The film spreads with Sol as the center in the logical space, often overlapping and alternating with a variety of symbolic figures and voices to express the chaos and disorder within Auschwitz. Shooting with a shoulder-resistant camera, using multiple groups of long shots and medium and close shots to not follow Sol, successfully created a subjective perspective at the center of "horror". The director chose to give up the perspective of God, and forced the audience to accept and agree with the author's perspective through the narrow and cramped perspective space formed by the 1.33 aspect ratio and 40mm film. In the whole process, the audience can only follow hard, and there is not much room for choice (refer to "Adele's Life"). In the case of viewpoints first, coupled with the negative physiological reactions (dizziness, nausea, vomiting, etc.) caused by the handheld shooting itself, the viewing process is really quite painful for viewers who are already skeptical like me. A rough estimate is that within 1 hour and 47 minutes, I fell asleep once, watched the progress bar about 8 times, and had 27 comprehensive stress reactions such as depression, depression, anger, and flipping the table.

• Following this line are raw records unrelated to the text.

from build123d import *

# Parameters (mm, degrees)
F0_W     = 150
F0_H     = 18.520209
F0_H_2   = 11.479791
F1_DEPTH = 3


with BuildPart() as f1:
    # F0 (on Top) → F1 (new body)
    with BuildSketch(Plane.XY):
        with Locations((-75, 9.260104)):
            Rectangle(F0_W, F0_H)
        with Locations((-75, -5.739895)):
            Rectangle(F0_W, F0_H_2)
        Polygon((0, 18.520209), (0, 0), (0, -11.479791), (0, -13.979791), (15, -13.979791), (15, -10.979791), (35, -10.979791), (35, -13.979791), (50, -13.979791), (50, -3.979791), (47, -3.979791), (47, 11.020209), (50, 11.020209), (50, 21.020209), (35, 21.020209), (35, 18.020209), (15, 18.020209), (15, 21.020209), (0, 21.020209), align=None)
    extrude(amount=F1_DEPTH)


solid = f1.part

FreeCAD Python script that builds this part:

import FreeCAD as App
import Part
import Sketcher

V = App.Vector


def add_polygon(sketch, points):
    """Adds a closed chain of lines whose ends are joined by coincident constraints."""
    first, n = sketch.GeometryCount, len(points)
    for a, b in zip(points, points[1:] + points[:1]):
        sketch.addGeometry(Part.LineSegment(App.Vector(*a, 0), App.Vector(*b, 0)), False)
    for i in range(n):
        sketch.addConstraint(Sketcher.Constraint("Coincident", first + i, 2, first + (i + 1) % n, 1))

doc = App.newDocument("Part")
body = doc.addObject("PartDesign::Body", "Body")

# Sketch on XY plane
sketch1 = doc.addObject("Sketcher::SketchObject", "Sketch")
body.addObject(sketch1)
sketch1.AttachmentSupport = (doc.XY_Plane, [""])
sketch1.MapMode = "FlatFace"
add_polygon(sketch1, [(-150, -11.5), (0, -11.5), (0, -14), (15, -14), (15, -11), (35, -11), (35, -14), (50, -14), (50, -4), (47, -4), (47, 11), (50, 11), (50, 21), (35, 21), (35, 18), (15, 18), (15, 21), (0, 21), (0, 18.5), (-150, 18.5)])  # lines 0-19
sketch1.addConstraint(Sketcher.Constraint("Horizontal", 0))
sketch1.addConstraint(Sketcher.Constraint("Vertical", 1))
sketch1.addConstraint(Sketcher.Constraint("Horizontal", 2))
sketch1.addConstraint(Sketcher.Constraint("Vertical", 3))
sketch1.addConstraint(Sketcher.Constraint("Horizontal", 4))
sketch1.addConstraint(Sketcher.Constraint("Vertical", 5))
sketch1.addConstraint(Sketcher.Constraint("Horizontal", 6))
sketch1.addConstraint(Sketcher.Constraint("Vertical", 7))
sketch1.addConstraint(Sketcher.Constraint("Horizontal", 8))
sketch1.addConstraint(Sketcher.Constraint("Vertical", 9))
sketch1.addConstraint(Sketcher.Constraint("Horizontal", 10))
sketch1.addConstraint(Sketcher.Constraint("Vertical", 11))
sketch1.addConstraint(Sketcher.Constraint("Horizontal", 12))
sketch1.addConstraint(Sketcher.Constraint("Vertical", 13))
sketch1.addConstraint(Sketcher.Constraint("Horizontal", 14))
sketch1.addConstraint(Sketcher.Constraint("Vertical", 15))
sketch1.addConstraint(Sketcher.Constraint("Horizontal", 16))
sketch1.addConstraint(Sketcher.Constraint("Vertical", 17))
sketch1.addConstraint(Sketcher.Constraint("Horizontal", 18))
sketch1.addConstraint(Sketcher.Constraint("Vertical", 19))
sketch1.addConstraint(Sketcher.Constraint("PointOnObject", 0, 2, -2))
sketch1.addConstraint(Sketcher.Constraint("PointOnObject", 16, 2, -2))
sketch1.addConstraint(Sketcher.Constraint("Horizontal", 2, 2, 5, 2))
sketch1.addConstraint(Sketcher.Constraint("Horizontal", 12, 2, 15, 2))
sketch1.addConstraint(Sketcher.Constraint("Vertical", 7, 2, 10, 2))
sketch1.addConstraint(Sketcher.Constraint("Vertical", 5, 2, 12, 2))
sketch1.addConstraint(Sketcher.Constraint("Vertical", 3, 2, 14, 2))
sketch1.addConstraint(Sketcher.Constraint("Equal", 2, 6))
sketch1.addConstraint(Sketcher.Constraint("Equal", 10, 3))
sketch1.addConstraint(Sketcher.Constraint("Equal", 16, 9))
sketch1.addConstraint(Sketcher.Constraint("Equal", 7, 11))
sketch1.addConstraint(Sketcher.Constraint("Equal", 5, 13))
sketch1.addConstraint(Sketcher.Constraint("Equal", 1, 17))
sketch1.addConstraint(Sketcher.Constraint("DistanceX", 0, 1, 0, 2, 150.0))
sketch1.addConstraint(Sketcher.Constraint("DistanceX", 2, 1, 2, 2, 15.0))
sketch1.addConstraint(Sketcher.Constraint("DistanceX", 4, 1, 4, 2, 20.0))
sketch1.addConstraint(Sketcher.Constraint("DistanceX", 8, 2, 8, 1, 3.0))
sketch1.addConstraint(Sketcher.Constraint("DistanceY", 7, 1, 7, 2, 10.0))
sketch1.addConstraint(Sketcher.Constraint("DistanceY", 19, 2, 19, 1, 29.999999))
sketch1.addConstraint(Sketcher.Constraint("DistanceY", 0, 2, -1, 1, 11.479791))
pad1 = doc.addObject("PartDesign::Pad", "Pad")
body.addObject(pad1)
pad1.Profile = sketch1
pad1.Length = 3

doc.recompute()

Son of Saul is a feature-length debut directed by director Laszlo Nemesch. It was shortlisted in the main competition unit of the 68th Cannes Film Festival and won the Best Foreign Language Film of the 88th Golden Man, which can be regarded as a blockbuster. Early Laszlo from Antonioni (Italian realist director, one of the most influential directors in film aesthetics, representative works "Adventure", "Eclipse", "Red Desert"), Tarkovsky (Russian director, on film language He has made outstanding contributions to the poetic narrative, and has studied in the director's "Auteur Cinema" (Auteur Cinema) for his representative works "Ivan's Childhood", "Nostalgia" and "Sacrifice". During his tenure as an assistant in the production crew of the famous film master Bela Tarr (Hungarian director, representative of "The Horse of Turin", "The Whale Circus" and "Satan Tango"), he was influenced by a lot of Tarr's aesthetic style. Laszlo learned the way of thinking about movies from Tarr, and gradually explored his own voice in the practice of three short films, and finally presented an isolated, realistic and calm aesthetic style in "Son of Thor".

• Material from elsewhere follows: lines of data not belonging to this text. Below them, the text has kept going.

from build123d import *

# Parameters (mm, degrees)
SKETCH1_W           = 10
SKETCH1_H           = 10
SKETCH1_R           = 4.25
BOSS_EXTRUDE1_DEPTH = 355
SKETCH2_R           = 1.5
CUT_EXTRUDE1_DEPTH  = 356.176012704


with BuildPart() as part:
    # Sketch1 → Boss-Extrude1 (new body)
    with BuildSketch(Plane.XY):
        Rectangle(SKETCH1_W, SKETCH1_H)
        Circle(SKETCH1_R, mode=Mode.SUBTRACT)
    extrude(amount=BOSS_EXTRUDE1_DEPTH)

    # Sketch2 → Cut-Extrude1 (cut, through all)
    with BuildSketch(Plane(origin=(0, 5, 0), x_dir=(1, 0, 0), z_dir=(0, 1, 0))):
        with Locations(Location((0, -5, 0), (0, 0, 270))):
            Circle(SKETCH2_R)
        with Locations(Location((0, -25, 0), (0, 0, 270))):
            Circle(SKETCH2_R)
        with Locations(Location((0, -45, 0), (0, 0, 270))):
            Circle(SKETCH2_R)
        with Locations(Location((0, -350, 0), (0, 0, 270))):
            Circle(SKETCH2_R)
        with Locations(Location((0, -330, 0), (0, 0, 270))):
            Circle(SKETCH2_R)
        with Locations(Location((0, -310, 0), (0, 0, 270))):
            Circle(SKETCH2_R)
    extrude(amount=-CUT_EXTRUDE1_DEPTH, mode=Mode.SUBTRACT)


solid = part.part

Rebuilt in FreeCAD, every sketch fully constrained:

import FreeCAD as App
import Part
import Sketcher


def add_polygon(sketch, points):
    """Adds a closed chain of lines whose ends are joined by coincident constraints."""
    first, n = sketch.GeometryCount, len(points)
    for a, b in zip(points, points[1:] + points[:1]):
        sketch.addGeometry(Part.LineSegment(App.Vector(*a, 0), App.Vector(*b, 0)), False)
    for i in range(n):
        sketch.addConstraint(Sketcher.Constraint("Coincident", first + i, 2, first + (i + 1) % n, 1))

doc = App.newDocument("Part")
body = doc.addObject("PartDesign::Body", "Body")

# Sketch on XY plane
sketch1 = body.newObject("Sketcher::SketchObject", "Sketch")
sketch1.AttachmentSupport = (doc.getObject("XY_Plane"), [""])
sketch1.MapMode = "FlatFace"
add_polygon(sketch1, [(-5, 5), (-5, -5), (5, -5), (5, 5)])  # lines 0-3
sketch1.addGeometry(Part.Circle(App.Vector(0, 0, 0), App.Vector(0, 0, 1), 4.25), False)  # 4
sketch1.addConstraint([
    Sketcher.Constraint("Vertical", 0),
    Sketcher.Constraint("Horizontal", 1),
    Sketcher.Constraint("Vertical", 2),
    Sketcher.Constraint("Horizontal", 3),
    Sketcher.Constraint("Coincident", 4, 3, -1, 1),
    Sketcher.Constraint("Symmetric", 0, 2, 2, 2, -1, 1),
    Sketcher.Constraint("Equal", 3, 0),
    Sketcher.Constraint("Diameter", 4, 8.5),
    Sketcher.Constraint("DistanceX", 1, 1, 1, 2, 10.0),
])
pad1 = body.newObject("PartDesign::Pad", "Pad")
pad1.Profile = sketch1
pad1.Length = 355

# Sketch on XZ plane
sketch2 = body.newObject("Sketcher::SketchObject", "Sketch001")
sketch2.AttachmentSupport = (doc.getObject("XZ_Plane"), [""])
sketch2.MapMode = "FlatFace"
sketch2.AttachmentOffset = App.Placement(App.Vector(0, 0, -5), App.Rotation())
sketch2.addGeometry([
    Part.Circle(App.Vector(0, 5, 0), App.Vector(0, 0, 1), 1.5),  # 0
    Part.Circle(App.Vector(0, 25, 0), App.Vector(0, 0, 1), 1.5),  # 1
    Part.Circle(App.Vector(0, 45, 0), App.Vector(0, 0, 1), 1.5),  # 2
    Part.Circle(App.Vector(0, 350, 0), App.Vector(0, 0, 1), 1.5),  # 3
    Part.Circle(App.Vector(0, 330, 0), App.Vector(0, 0, 1), 1.5),  # 4
    Part.Circle(App.Vector(0, 310, 0), App.Vector(0, 0, 1), 1.5),  # 5
], False)
sketch2.addConstraint([
    Sketcher.Constraint("Equal", 0, 1),
    Sketcher.Constraint("Equal", 1, 2),
    Sketcher.Constraint("Equal", 2, 3),
    Sketcher.Constraint("Equal", 3, 4),
    Sketcher.Constraint("Equal", 4, 5),
    Sketcher.Constraint("PointOnObject", 0, 3, -2),
    Sketcher.Constraint("PointOnObject", 1, 3, -2),
    Sketcher.Constraint("PointOnObject", 2, 3, -2),
    Sketcher.Constraint("PointOnObject", 3, 3, -2),
    Sketcher.Constraint("PointOnObject", 4, 3, -2),
    Sketcher.Constraint("PointOnObject", 5, 3, -2),
    Sketcher.Constraint("Diameter", 0, 3.0),
    Sketcher.Constraint("DistanceY", -1, 1, 0, 3, 5.0),
    Sketcher.Constraint("DistanceY", -1, 1, 1, 3, 25.0),
    Sketcher.Constraint("DistanceY", -1, 1, 2, 3, 45.0),
    Sketcher.Constraint("DistanceY", -1, 1, 3, 3, 350.0),
    Sketcher.Constraint("DistanceY", -1, 1, 4, 3, 330.0),
    Sketcher.Constraint("DistanceY", -1, 1, 5, 3, 310.0),
])
pocket1 = body.newObject("PartDesign::Pocket", "Pocket")
pocket1.Profile = sketch2
pocket1.Type = "ThroughAll"
pocket1.Reversed = True

doc.recompute()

Of course, Son of Saul is only Laszlo's first feature film, and it's still too early to say the aesthetic has taken shape. For me, "Son of Thor" also seems too metaphysical and symbolic, and the expression from this context may come too lightly. I am more curious whether Laszlo will choose a conflict focused on the individual to speak in the future. I want to know if he has abandoned the big background and separated from the heavy materials, whether this kind of rough realistic aesthetics combined with the Dogme 95 style is still acceptable. effect.

Just wait and see.




Reference reading: "The Main Book" x "Son of Sol" Director Jerese: I want to tell about death

View more about Son of Saul reviews

Extended Reading
  • Jaylin 2021-12-27 08:01:42

    A clever debut, the image style with multiple shots (with long lens + shallow focus) is meaningful but unbearable. There are easy problems with debut works: there is no emotional cohesion on the whole, the story is scattered, and the details are connected. Only trying to use the image style to glue the emotional impact cannot reach the moving level.

  • Summer 2021-12-27 08:01:42

    When the little boy appeared at the end, he was as pleasantly surprised as he saw God and hope. Although the ending was still cruel, some efforts were not in vain. The frame and lens are very enjoyable, 3 and a half stars.

Son of Saul quotes

  • Saul Ausländer: I have to take care of my son. He's not from my wife.

    Abraham Warszawski: When did you last see him?

    [pause]

    Abraham Warszawski: You have no son.

  • Abraham Warszawski: You failed the living for the dead.

    Saul Ausländer: We are dead already.